→ Exercise description: Provide again, from the entries below, every line from the one containing "#73=FACE_BOUND('',#72,.T.);" through the one containing "#101=EDGE_LOOP('',(#85,#90,#95,#100));", exactly as written, and no other line.
*** Data Section Begins ***
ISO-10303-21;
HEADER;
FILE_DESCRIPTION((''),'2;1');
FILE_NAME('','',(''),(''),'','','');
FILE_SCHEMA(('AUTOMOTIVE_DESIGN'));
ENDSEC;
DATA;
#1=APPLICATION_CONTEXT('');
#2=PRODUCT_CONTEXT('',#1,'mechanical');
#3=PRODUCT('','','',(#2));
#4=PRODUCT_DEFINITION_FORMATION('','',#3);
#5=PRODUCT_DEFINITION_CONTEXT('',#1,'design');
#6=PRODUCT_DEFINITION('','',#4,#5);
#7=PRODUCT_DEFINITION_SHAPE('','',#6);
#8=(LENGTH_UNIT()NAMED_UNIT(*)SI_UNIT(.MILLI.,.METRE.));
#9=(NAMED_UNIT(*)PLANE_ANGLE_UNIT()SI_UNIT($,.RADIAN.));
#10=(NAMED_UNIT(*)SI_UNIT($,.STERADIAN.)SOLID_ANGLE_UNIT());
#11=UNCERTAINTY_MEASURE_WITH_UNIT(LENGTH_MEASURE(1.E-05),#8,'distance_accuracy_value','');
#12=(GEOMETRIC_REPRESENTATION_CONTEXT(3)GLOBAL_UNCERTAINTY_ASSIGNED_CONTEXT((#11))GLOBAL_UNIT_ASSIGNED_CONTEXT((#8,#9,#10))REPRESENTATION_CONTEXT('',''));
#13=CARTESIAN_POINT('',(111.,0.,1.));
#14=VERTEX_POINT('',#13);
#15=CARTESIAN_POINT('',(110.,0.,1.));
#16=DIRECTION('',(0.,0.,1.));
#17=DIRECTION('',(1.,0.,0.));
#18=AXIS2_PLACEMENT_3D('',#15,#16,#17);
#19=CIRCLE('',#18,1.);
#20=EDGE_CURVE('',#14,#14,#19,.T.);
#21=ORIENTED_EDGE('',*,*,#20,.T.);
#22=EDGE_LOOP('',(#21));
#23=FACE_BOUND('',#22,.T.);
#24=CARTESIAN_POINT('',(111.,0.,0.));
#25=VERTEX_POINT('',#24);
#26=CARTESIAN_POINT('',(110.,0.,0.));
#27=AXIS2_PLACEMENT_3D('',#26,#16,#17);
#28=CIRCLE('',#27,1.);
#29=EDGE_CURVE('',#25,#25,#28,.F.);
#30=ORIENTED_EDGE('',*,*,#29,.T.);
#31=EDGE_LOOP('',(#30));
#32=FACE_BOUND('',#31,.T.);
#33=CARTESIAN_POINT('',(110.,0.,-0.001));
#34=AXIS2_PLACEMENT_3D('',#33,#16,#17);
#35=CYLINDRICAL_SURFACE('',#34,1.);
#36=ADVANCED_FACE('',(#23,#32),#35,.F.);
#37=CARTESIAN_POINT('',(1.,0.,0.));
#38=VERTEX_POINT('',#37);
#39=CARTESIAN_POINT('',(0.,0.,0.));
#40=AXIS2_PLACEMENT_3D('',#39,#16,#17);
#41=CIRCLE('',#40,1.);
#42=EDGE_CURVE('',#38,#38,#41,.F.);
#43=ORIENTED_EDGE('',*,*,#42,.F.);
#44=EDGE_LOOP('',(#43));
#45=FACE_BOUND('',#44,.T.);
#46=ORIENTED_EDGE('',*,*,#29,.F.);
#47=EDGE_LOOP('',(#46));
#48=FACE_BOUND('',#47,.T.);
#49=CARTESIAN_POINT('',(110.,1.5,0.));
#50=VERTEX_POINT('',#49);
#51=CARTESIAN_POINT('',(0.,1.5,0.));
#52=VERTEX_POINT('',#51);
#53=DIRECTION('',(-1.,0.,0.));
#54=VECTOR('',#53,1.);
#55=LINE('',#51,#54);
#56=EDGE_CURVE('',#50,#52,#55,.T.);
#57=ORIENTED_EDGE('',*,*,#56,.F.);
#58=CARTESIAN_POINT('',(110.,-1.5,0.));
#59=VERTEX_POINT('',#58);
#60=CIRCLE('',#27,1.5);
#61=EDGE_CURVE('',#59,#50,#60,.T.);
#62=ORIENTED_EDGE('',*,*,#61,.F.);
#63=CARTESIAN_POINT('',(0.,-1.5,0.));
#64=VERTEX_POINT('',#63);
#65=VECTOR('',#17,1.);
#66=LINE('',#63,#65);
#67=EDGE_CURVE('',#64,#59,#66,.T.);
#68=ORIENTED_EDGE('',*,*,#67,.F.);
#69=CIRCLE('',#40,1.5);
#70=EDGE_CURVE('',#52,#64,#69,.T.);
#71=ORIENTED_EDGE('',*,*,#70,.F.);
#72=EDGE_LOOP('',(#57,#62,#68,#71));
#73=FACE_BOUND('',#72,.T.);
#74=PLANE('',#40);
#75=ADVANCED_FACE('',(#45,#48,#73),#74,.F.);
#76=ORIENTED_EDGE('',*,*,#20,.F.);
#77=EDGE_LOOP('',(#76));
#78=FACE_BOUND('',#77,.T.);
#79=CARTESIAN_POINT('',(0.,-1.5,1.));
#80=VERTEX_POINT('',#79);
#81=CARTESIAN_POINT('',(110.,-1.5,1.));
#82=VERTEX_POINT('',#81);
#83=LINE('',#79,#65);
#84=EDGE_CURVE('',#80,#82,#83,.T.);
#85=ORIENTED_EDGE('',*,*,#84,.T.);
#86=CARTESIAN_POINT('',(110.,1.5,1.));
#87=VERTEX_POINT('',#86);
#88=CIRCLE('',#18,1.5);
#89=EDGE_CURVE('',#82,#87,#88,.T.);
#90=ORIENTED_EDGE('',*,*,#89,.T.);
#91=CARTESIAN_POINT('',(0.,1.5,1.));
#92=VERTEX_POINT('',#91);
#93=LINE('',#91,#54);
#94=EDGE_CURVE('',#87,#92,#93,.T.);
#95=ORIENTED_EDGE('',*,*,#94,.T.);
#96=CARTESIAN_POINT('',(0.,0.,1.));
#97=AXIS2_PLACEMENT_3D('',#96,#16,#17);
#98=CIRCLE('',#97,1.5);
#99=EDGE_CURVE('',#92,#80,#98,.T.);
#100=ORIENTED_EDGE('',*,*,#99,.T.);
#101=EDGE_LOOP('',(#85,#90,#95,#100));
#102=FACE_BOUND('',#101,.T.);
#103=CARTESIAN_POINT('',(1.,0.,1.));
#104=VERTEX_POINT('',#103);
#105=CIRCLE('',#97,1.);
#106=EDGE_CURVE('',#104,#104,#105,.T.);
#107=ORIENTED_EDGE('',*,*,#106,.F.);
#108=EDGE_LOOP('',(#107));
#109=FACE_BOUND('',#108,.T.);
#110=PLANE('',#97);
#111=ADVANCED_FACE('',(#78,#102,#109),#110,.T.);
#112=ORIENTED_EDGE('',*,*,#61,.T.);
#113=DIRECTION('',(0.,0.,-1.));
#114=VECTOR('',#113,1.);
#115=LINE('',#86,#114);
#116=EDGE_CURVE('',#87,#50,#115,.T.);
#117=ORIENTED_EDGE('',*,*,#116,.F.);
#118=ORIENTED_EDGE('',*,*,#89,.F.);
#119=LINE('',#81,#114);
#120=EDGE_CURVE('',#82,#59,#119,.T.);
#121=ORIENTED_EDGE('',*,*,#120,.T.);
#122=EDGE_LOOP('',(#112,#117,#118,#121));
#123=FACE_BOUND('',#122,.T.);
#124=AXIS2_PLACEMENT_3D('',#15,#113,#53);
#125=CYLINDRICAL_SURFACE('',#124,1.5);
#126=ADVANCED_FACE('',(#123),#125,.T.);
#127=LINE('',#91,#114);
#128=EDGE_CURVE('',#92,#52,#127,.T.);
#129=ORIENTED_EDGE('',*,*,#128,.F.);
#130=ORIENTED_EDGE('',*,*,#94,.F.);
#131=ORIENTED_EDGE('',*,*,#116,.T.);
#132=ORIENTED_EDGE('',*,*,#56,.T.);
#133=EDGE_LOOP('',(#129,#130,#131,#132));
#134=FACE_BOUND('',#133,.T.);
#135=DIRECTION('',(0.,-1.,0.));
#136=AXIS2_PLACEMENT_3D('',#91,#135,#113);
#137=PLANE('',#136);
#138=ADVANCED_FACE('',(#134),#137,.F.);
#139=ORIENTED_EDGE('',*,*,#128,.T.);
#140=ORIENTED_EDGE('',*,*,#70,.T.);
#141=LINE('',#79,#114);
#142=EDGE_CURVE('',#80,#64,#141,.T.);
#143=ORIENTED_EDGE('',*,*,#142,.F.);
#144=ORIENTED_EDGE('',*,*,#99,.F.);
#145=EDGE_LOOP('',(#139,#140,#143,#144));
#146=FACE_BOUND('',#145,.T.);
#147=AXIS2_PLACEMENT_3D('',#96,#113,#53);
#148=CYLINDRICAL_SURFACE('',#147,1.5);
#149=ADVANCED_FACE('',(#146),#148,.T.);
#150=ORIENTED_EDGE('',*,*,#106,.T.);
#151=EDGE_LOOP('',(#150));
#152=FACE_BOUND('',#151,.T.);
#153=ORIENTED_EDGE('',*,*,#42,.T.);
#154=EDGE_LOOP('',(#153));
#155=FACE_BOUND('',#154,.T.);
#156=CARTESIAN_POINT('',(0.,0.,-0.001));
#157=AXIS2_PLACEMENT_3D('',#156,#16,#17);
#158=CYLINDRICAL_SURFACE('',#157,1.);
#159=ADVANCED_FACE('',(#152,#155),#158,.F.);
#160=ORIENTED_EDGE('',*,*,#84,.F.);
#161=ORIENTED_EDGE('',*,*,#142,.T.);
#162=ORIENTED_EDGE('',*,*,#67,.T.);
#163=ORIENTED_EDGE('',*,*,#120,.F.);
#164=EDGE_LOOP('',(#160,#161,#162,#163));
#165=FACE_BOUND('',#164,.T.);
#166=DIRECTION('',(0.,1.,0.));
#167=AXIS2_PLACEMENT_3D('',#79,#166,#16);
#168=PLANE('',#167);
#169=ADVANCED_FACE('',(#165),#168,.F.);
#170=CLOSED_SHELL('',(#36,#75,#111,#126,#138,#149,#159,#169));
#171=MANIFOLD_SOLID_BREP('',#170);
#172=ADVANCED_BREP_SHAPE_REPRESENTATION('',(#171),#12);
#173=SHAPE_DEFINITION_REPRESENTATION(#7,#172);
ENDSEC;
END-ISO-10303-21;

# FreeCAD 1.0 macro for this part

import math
import FreeCAD as App
import Part
import Sketcher
Q = App.Units.Quantity

doc = App.newDocument("Part")
body = doc.addObject("PartDesign::Body", "Body")

sketch1 = body.newObject("Sketcher::SketchObject", "Sketch")
sketch1.AttachmentSupport = (doc.getObject("XY_Plane"), [""])
sketch1.MapMode = "FlatFace"
sketch1.addGeometry([
    Part.LineSegment(App.Vector(110, 1.5, 0), App.Vector(0, 1.5, 0)),
    Part.ArcOfCircle(Part.Circle(App.Vector(0, 0, 0), App.Vector(0, 0, 1), 1.5), math.radians(90), math.radians(270)),
    Part.LineSegment(App.Vector(0, -1.5, 0), App.Vector(110, -1.5, 0)),
    Part.ArcOfCircle(Part.Circle(App.Vector(110, 0, 0), App.Vector(0, 0, 1), 1.5), math.radians(-90), math.radians(90)),
], False)
sketch1.addConstraint([
    Sketcher.Constraint("Tangent", 0, 2, 1, 1),
    Sketcher.Constraint("Tangent", 1, 2, 2, 1),
    Sketcher.Constraint("Tangent", 2, 2, 3, 1),
    Sketcher.Constraint("Tangent", 3, 2, 0, 1),
    Sketcher.Constraint("Horizontal", 0),
    Sketcher.Constraint("Horizontal", 2),
    Sketcher.Constraint("Coincident", 1, 3, -1, 1),
    Sketcher.Constraint("Radius", 1, Q("1.5 mm")),
    Sketcher.Constraint("DistanceX", 0, 2, 0, 1, Q("110 mm")),
])
pad1 = body.newObject("PartDesign::Pad", "Pad")
pad1.Profile = sketch1
pad1.Length = 1

sketch2 = body.newObject("Sketcher::SketchObject", "Sketch001")
sketch2.AttachmentSupport = (doc.getObject("XY_Plane"), [""])
sketch2.MapMode = "FlatFace"
sketch2.AttachmentOffset = App.Placement(App.Vector(0, 0, 1), App.Rotation())
sketch2.addGeometry(Part.Circle(App.Vector(0, 0, 0), App.Vector(0, 0, 1), 1), False)
sketch2.addConstraint([
    Sketcher.Constraint("Coincident", 0, 3, -1, 1),
    Sketcher.Constraint("Diameter", 0, Q("2 mm")),
])
pocket1 = body.newObject("PartDesign::Pocket", "Pocket")
pocket1.Profile = sketch2
pocket1.Type = "UpToFirst"

sketch3 = body.newObject("Sketcher::SketchObject", "Sketch002")
sketch3.AttachmentSupport = (doc.getObject("XY_Plane"), [""])
sketch3.MapMode = "FlatFace"
sketch3.AttachmentOffset = App.Placement(App.Vector(0, 0, 1), App.Rotation())
sketch3.addGeometry(Part.Circle(App.Vector(110, 0, 0), App.Vector(0, 0, 1), 1), False)
sketch3.addConstraint([
    Sketcher.Constraint("PointOnObject", 0, 3, -1),
    Sketcher.Constraint("Diameter", 0, Q("2 mm")),
    Sketcher.Constraint("DistanceX", -1, 1, 0, 3, Q("110 mm")),
])
pocket2 = body.newObject("PartDesign::Pocket", "Pocket001")
pocket2.Profile = sketch3
pocket2.Type = "UpToFirst"

doc.recompute()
*** Data Section Ends ***
→ Result:
#73=FACE_BOUND('',#72,.T.);
#74=PLANE('',#40);
#75=ADVANCED_FACE('',(#45,#48,#73),#74,.F.);
#76=ORIENTED_EDGE('',*,*,#20,.F.);
#77=EDGE_LOOP('',(#76));
#78=FACE_BOUND('',#77,.T.);
#79=CARTESIAN_POINT('',(0.,-1.5,1.));
#80=VERTEX_POINT('',#79);
#81=CARTESIAN_POINT('',(110.,-1.5,1.));
#82=VERTEX_POINT('',#81);
#83=LINE('',#79,#65);
#84=EDGE_CURVE('',#80,#82,#83,.T.);
#85=ORIENTED_EDGE('',*,*,#84,.T.);
#86=CARTESIAN_POINT('',(110.,1.5,1.));
#87=VERTEX_POINT('',#86);
#88=CIRCLE('',#18,1.5);
#89=EDGE_CURVE('',#82,#87,#88,.T.);
#90=ORIENTED_EDGE('',*,*,#89,.T.);
#91=CARTESIAN_POINT('',(0.,1.5,1.));
#92=VERTEX_POINT('',#91);
#93=LINE('',#91,#54);
#94=EDGE_CURVE('',#87,#92,#93,.T.);
#95=ORIENTED_EDGE('',*,*,#94,.T.);
#96=CARTESIAN_POINT('',(0.,0.,1.));
#97=AXIS2_PLACEMENT_3D('',#96,#16,#17);
#98=CIRCLE('',#97,1.5);
#99=EDGE_CURVE('',#92,#80,#98,.T.);
#100=ORIENTED_EDGE('',*,*,#99,.T.);
#101=EDGE_LOOP('',(#85,#90,#95,#100));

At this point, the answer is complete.